1. `<1/><2/> This is a test class.`
2. `Some details about the Test class`

### Line Numbers

The filter preserves line numbers so that a one-to-one correspondence between source line number and translated line number is maintained.

## Parameters

Supported Doxygen commands are listed in one of three categories:

• `custom_commands`
• `doxygen_commands`
• `html_commands`

You can customize the behavior of the filter by editing existing entries or adding new ones. An example `doxygen_commands` entry:

``` doxygen_commands:
COMMAND_NAME:
type: TYPE
inline: INLINE
pair: PAIR_CMD_NAME
translatable: CMD_TRANSLATABLE
parameters:
- name: PARAM_NAME
length: LENGTH
required: REQUIRED
translatable: PARAM_TRANSLATABLE
- ...
```

Replace bold items above with custom data conforming to the following.

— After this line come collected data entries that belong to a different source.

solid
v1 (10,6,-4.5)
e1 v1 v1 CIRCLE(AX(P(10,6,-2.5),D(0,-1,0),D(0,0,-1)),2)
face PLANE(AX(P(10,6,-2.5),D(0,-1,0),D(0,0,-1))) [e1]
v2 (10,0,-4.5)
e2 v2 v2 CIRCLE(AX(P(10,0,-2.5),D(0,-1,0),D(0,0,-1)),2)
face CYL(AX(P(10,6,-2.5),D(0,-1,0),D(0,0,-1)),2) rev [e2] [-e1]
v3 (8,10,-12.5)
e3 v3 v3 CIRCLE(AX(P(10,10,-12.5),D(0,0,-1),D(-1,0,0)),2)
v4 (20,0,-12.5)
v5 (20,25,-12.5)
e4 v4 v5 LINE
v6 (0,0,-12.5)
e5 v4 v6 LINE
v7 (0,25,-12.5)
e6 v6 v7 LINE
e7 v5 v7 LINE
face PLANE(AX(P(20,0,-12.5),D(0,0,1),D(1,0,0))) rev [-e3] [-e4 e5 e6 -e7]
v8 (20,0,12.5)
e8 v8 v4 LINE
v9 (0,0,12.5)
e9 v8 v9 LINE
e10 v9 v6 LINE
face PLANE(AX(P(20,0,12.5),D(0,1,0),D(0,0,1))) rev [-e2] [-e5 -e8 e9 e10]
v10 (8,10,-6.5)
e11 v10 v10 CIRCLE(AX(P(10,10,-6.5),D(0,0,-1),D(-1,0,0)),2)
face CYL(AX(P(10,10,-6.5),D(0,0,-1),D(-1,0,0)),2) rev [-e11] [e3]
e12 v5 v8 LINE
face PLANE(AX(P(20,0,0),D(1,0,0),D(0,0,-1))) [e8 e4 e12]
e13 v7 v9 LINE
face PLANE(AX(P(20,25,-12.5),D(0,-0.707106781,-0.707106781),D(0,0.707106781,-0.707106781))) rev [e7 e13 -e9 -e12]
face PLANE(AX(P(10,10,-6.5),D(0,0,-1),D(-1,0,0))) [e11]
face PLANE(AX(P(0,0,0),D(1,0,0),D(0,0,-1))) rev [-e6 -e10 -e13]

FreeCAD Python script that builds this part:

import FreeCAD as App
import Part
import Sketcher

V = App.Vector


def add_polygon(sketch, points):
    """Adds a closed chain of lines whose ends are joined by coincident constraints."""
    first, n = sketch.GeometryCount, len(points)
    for a, b in zip(points, points[1:] + points[:1]):
        sketch.addGeometry(Part.LineSegment(App.Vector(*a, 0), App.Vector(*b, 0)), False)
    for i in range(n):
        sketch.addConstraint(Sketcher.Constraint("Coincident", first + i, 2, first + (i + 1) % n, 1))

doc = App.newDocument("Part")
body = doc.addObject("PartDesign::Body", "Body")

sketch1 = body.newObject("Sketcher::SketchObject", "Sketch")
sketch1.AttachmentSupport = (doc.getObject("YZ_Plane"), [""])
sketch1.MapMode = "FlatFace"
add_polygon(sketch1, [(0, 12), (0, -12), (25, -12)])
sketch1.addConstraint([
    Sketcher.Constraint("Vertical", 0),
    Sketcher.Constraint("Horizontal", 1),
    Sketcher.Constraint("Symmetric", 0, 2, 2, 2, -1, 1),
    Sketcher.Constraint("Equal", 1, 0),
    Sketcher.Constraint("DistanceX", 1, 1, 1, 2, 25.0),
])
pad1 = body.newObject("PartDesign::Pad", "Pad")
pad1.Profile = sketch1
pad1.Length = 20

sketch2 = body.newObject("Sketcher::SketchObject", "Sketch001")
sketch2.AttachmentSupport = (doc.getObject("XY_Plane"), [""])
sketch2.MapMode = "FlatFace"
sketch2.AttachmentOffset = App.Placement(V(0, 0, -12.5), App.Rotation())
sketch2.addGeometry(Part.Circle(V(10, 10, 0), V(0, 0, 1), 2), False)
sketch2.addConstraint([
    Sketcher.Constraint("Diameter", 0, 4.0),
    Sketcher.Constraint("DistanceX", -1, 1, 0, 3, 10.0),
    Sketcher.Constraint("DistanceY", -1, 1, 0, 3, 10.0),
])
pocket1 = body.newObject("PartDesign::Pocket", "Pocket")
pocket1.Profile = sketch2
pocket1.Length = 6
pocket1.Reversed = True

sketch3 = body.newObject("Sketcher::SketchObject", "Sketch002")
sketch3.AttachmentSupport = (doc.getObject("XZ_Plane"), [""])
sketch3.MapMode = "FlatFace"
sketch3.addGeometry(Part.Circle(V(10, -2.5, 0), V(0, 0, 1), 2), False)
sketch3.addConstraint([
    Sketcher.Constraint("Diameter", 0, 4.0),
    Sketcher.Constraint("DistanceX", -1, 1, 0, 3, 10.0),
    Sketcher.Constraint("DistanceY", 0, 3, -1, 1, 2.5),
])
pocket2 = body.newObject("PartDesign::Pocket", "Pocket001")
pocket2.Profile = sketch3
pocket2.Length = 6

doc.recompute()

Item Description Example value
`COMMAND_NAME` The name of the command as it will appear in the Doxygen comment, without any prefix or suffix bits. E.g. `\code{.py}` should be `code`. Case-sensitive. `code`
`TYPE` The "type" of the command, specifically one of `PLACEHOLDER`, `OPENING`, or `CLOSING`. `PLACEHOLDER`
`INLINE` Whether the command should be considered an inline item (`true`) or a block-level element (`false`). Default: `false`. `true`
`PAIR_CMD_NAME` For `OPENING`- and `CLOSING`-type commands, this identifies the paired command. E.g. `\code` is paired with `\endcode`, so for `code` we have `pair: endcode`. Not required for `PLACEHOLDER` commands. `endcode`
`CMD_TRANSLATABLE` Indicates whether the entire content of the command is translatable or not. This is intended for block-level `OPENING` commands that delimit entire blocks such as `\code`. Default: `true`. `true`
`PARAM_NAME` The name of a parameter. This is for organizational purposes only, and is not used by the filter. `name`
`LENGTH` The length of the parameter, specifically one of `WORD`, `LINE`, `PHRASE` or `PARAGRAPH`. These map to the designations described at the top of the special commands page, except for `PHRASE` which indicates a string bounded by double quotes like `"image caption"`. `WORD`
`REQUIRED` Whether the parameter is required (`true`) or optional (`false`). This affects how aggressively the filter tries to interpret proceeding text as a parameter. Default: `true`. `true`
`PARAM_TRANSLATABLE` Indicates whether the parameter is translatable (`true`) or not (`false`). Each parameter may be set independently, though untranslatable parameters following translatable ones will be recorded as separate inline codes. Default: `true`. `true`

Note:

• The `parameters` listing is optional.
• When present, parameters should be listed in the order in which they are written following the command.
• Parameters with non-whitespace delimiters (e.g. `.py` in `\code{.py}`) are not currently supported.

You may also define custom commands as follows (all of the above options except `COMMAND_NAME` are supported; the following is a minimal case):

``` custom_commands:
- pattern: "REGEX_PATTERN"
type: TYPE
...
```
Item Description Example value
`REGEX_PATTERN` Any valid regex that matches non-zero-width runs of text within the comment. Matches will be turned into codes according to the parameters as described above. `###ACCESS_CHECKS###.*?;`

### Whitespace

Prevent the filter from collapsing whitespace by setting `preserve_whitespace: true`.

## Limitations

• Single linebreaks in a text run that are not part of a Doxygen command are collapsed. No effort is made to enforce a maximum line width upon output, so essentially each translatable paragraph will be collapsed to a single (potentially very long) line.
• Command parameters with non-whitespace delimiters (e.g. `.py` in `\code{.py}`) are not currently supported.
• Non-translatable command parameters are not exposed for any special processing.